TIFFReadCustomDirectory: Warning, Wrong data type 3 for "PixelYDimension"; tag ignored.
TIFF Directory at offset 0x158 (344)
  MakerNote: 0x4c,0x53,0x49,0x31,0x0,0x8,0xc0,0x1,0x1,0x1,0x0,0x0,0x55,0x20,0xc0,0x2,0x0,0x1,0x0,0x0,0x0,0x20,0xc0,0x3,0x1,0x1,0x0,0x2,0x50,0x20,0xc0,0x4,0x1,0x1,0x0,0x1,0xab,0x20,0xc0,0x5,0x0,0x1,0x0,0x0,0x0,0x0,0xc0,0x6,0x0,0x1,0x0,0x0,0x0,0x0,0xc0,0x7,0x0,0x1,0x0,0x0,0x0,0x0,0xc0,0x8,0x1,0x1,0x0,0x2d,0xc6,0x0,0x0,0x0,0x0,0x0
TIFF Directory at offset 0x2a8e39a (44622746)
  Subfile Type: reduced-resolution image (1 = 0x1)
  Image Width: 1091 Image Length: 1514
  Resolution: 72, 72 pixels/inch
  Bits/Sample: 8
  Compression Scheme: None
  Photometric Interpretation: RGB color
  Samples/Pixel: 3
  Rows/Strip: 1514
  Planar Configuration: single image plane
  EXIFIFDOffset: 0xe476
  ICC Profile: <present>, 940 bytes
TIFFFetchDirectory: Sanity check on directory count failed, this is probably not a valid IFD offset.
TIFFReadCustomDirectory: Failed to read custom directory at offset 58486.

version:

tiffinfo -v
LIBTIFF, Version 4.0.6
Restricted Application added a subscriber: Poyekhali. · View Herald TranscriptMay 2 2016, 1:01 PM
Fae awarded a token.Dec 16 2019, 7:13 AM
Restricted Application added a subscriber: Liuxinyu970226. · View Herald TranscriptDec 16 2019, 7:13 AM
Fae added a comment.EditedDec 16 2019, 7:17 AM

Seven examples of this tiffinfo parsing failure are available at Uploads by Fæ which fail to display. These were recently put up for speedy deletion, but actually this still appears to be an old WMF server failure that still needs to be fixed, as re-uploading the TIFFs still leads to the indefinite hanging of the upload at the WMF side.

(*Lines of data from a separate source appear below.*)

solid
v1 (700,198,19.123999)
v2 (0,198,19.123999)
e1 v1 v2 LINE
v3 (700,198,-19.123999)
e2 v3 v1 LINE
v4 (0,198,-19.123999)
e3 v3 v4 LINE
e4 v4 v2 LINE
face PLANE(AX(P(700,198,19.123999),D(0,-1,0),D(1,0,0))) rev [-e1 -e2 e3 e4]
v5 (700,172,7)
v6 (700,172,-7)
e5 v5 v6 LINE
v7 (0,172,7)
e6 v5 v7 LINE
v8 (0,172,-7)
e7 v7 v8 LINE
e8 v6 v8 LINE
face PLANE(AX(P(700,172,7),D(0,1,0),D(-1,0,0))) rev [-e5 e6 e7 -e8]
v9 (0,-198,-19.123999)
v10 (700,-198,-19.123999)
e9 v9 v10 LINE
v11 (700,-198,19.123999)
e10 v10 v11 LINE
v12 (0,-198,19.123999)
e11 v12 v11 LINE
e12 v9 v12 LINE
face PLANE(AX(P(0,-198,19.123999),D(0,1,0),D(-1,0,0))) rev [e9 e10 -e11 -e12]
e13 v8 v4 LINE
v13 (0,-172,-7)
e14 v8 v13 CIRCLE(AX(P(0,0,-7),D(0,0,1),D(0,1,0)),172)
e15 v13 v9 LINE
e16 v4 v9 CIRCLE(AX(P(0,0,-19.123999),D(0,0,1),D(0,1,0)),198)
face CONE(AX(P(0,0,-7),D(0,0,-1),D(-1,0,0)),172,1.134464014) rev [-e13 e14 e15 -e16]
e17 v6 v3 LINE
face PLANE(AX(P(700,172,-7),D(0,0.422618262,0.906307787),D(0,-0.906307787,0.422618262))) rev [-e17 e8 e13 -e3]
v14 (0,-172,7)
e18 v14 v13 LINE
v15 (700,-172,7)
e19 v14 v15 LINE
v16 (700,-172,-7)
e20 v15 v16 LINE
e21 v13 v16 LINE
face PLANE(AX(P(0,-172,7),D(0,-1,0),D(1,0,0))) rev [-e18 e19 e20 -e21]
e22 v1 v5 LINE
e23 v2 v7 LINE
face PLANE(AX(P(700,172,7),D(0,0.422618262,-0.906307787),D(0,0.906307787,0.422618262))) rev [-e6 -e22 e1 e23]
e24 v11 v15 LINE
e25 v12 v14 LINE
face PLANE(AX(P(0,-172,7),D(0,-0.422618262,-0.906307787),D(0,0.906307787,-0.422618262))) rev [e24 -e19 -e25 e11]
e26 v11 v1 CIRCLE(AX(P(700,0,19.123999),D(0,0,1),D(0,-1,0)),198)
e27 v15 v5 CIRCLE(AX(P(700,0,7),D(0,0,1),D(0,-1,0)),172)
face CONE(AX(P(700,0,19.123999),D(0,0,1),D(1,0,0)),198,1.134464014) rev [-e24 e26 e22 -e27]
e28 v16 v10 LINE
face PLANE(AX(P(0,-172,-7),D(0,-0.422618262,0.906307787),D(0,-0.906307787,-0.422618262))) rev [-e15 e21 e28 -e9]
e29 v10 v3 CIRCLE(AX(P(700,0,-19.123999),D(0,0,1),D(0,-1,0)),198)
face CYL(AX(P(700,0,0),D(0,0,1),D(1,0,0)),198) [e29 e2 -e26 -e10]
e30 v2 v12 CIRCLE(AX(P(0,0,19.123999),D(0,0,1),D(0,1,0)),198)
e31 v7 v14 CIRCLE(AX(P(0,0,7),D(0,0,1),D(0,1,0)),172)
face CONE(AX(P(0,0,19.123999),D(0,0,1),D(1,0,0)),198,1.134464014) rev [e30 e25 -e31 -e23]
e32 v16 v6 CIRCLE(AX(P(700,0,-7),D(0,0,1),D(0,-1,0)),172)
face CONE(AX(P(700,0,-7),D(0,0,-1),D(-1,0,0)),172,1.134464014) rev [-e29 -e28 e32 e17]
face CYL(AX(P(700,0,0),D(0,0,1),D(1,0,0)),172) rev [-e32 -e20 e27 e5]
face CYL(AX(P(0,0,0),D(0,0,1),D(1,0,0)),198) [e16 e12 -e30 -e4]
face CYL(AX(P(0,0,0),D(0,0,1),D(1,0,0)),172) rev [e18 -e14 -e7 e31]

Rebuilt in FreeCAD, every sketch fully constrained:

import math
import FreeCAD as App
import Part
import Sketcher
Q = App.Units.Quantity


def add_polygon(sketch, points):
    """Adds a closed chain of lines whose ends are joined by coincident constraints."""
    first, n = sketch.GeometryCount, len(points)
    for a, b in zip(points, points[1:] + points[:1]):
        sketch.addGeometry(Part.LineSegment(App.Vector(*a, 0), App.Vector(*b, 0)), False)
    for i in range(n):
        sketch.addConstraint(Sketcher.Constraint("Coincident", first + i, 2, first + (i + 1) % n, 1))

doc = App.newDocument("Part")
params = doc.addObject("Spreadsheet::Sheet", "Params")
for row, (alias, value) in enumerate([
    ("sketch1_height", "14 mm"),
    ("sketch2_radius", "172 mm"),
    ("sketch2_width", "700 mm"),
], start=1):
    params.set(f"A{row}", alias)
    params.set(f"B{row}", "=" + value)
    params.setAlias(f"B{row}", alias)

body = doc.addObject("PartDesign::Body", "Body")

# Sketch on YZ plane
sketch1 = body.newObject("Sketcher::SketchObject", "Sketch")
sketch1.AttachmentSupport = (doc.getObject("YZ_Plane"), [""])
sketch1.MapMode = "FlatFace"
add_polygon(sketch1, [(172, 7), (172, -7), (198, -19.123999), (198, 19.123999)])  # lines 0-3
sketch1.addConstraint([
    Sketcher.Constraint("Vertical", 0),
    Sketcher.Constraint("Vertical", 2),
    Sketcher.Constraint("Equal", 1, 3),
    Sketcher.Constraint("DistanceY", 0, 2, 0, 1, 14.0),
    Sketcher.Constraint("Angle", 1, Q("-25 deg")),
    Sketcher.Constraint("DistanceX", -1, 1, 0, 2, 172.0),
    Sketcher.Constraint("DistanceY", 0, 2, -1, 1, 7.0),
    Sketcher.Constraint("DistanceX", -1, 1, 1, 2, 198.0),
])
sketch1.setExpression("Constraints[7]", "Params.sketch1_height")

# Sketch on XY plane
sketch2 = body.newObject("Sketcher::SketchObject", "Sketch001")
sketch2.AttachmentSupport = (doc.getObject("XY_Plane"), [""])
sketch2.MapMode = "FlatFace"
sketch2.addGeometry([
    Part.LineSegment(App.Vector(0, 172, 0), App.Vector(700, 172, 0)),
    Part.ArcOfCircle(Part.Circle(App.Vector(700, 0, 0), App.Vector(0, 0, 1), 172), math.radians(-90), math.radians(90)),
    Part.LineSegment(App.Vector(700, -172, 0), App.Vector(0, -172, 0)),
    Part.ArcOfCircle(Part.Circle(App.Vector(0, 0, 0), App.Vector(0, 0, 1), 172), math.radians(90), math.radians(270)),
], False)
sketch2.addConstraint([
    Sketcher.Constraint("Tangent", 0, 2, 1, 2),
    Sketcher.Constraint("Tangent", 1, 1, 2, 1),
    Sketcher.Constraint("Tangent", 2, 2, 3, 2),
    Sketcher.Constraint("Tangent", 3, 1, 0, 1),
    Sketcher.Constraint("Horizontal", 0),
    Sketcher.Constraint("Horizontal", 2),
    Sketcher.Constraint("Coincident", 3, 3, -1, 1),
    Sketcher.Constraint("Radius", 1, 172.0),
    Sketcher.Constraint("DistanceX", 0, 1, 0, 2, 700.0),
])
sketch2.setExpression("Constraints[7]", "Params.sketch2_radius")
sketch2.setExpression("Constraints[8]", "Params.sketch2_width")
doc.recompute()

additivepipe = body.newObject("PartDesign::AdditivePipe", "AdditivePipe")
additivepipe.Profile = sketch1
additivepipe.Spine = (sketch2, ["Edge1", "Edge2", "Edge3", "Edge4"])

doc.recompute()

If the failure is down to an unexpected format in the NYPL TIFF, a workaround of some type is needed, even if this means manually editing each file before passing back to the WMF server. The TIFFs display perfectly well at the NYPL source and using client side editors like GIMP.

Attempting to re-upload this TIFF gives the following predictable error:

01487: FAILED: stashfailed: The upload is an exact duplicate of the current version of [[:File:Wâdy Taiyebeh, with the Red Sea in sight, The lower part of the valley is very picturesque. The horizontal strata of the cliffs and their bright coloring make a deep impression on one from (NYPL b10607452-80736).tiff]].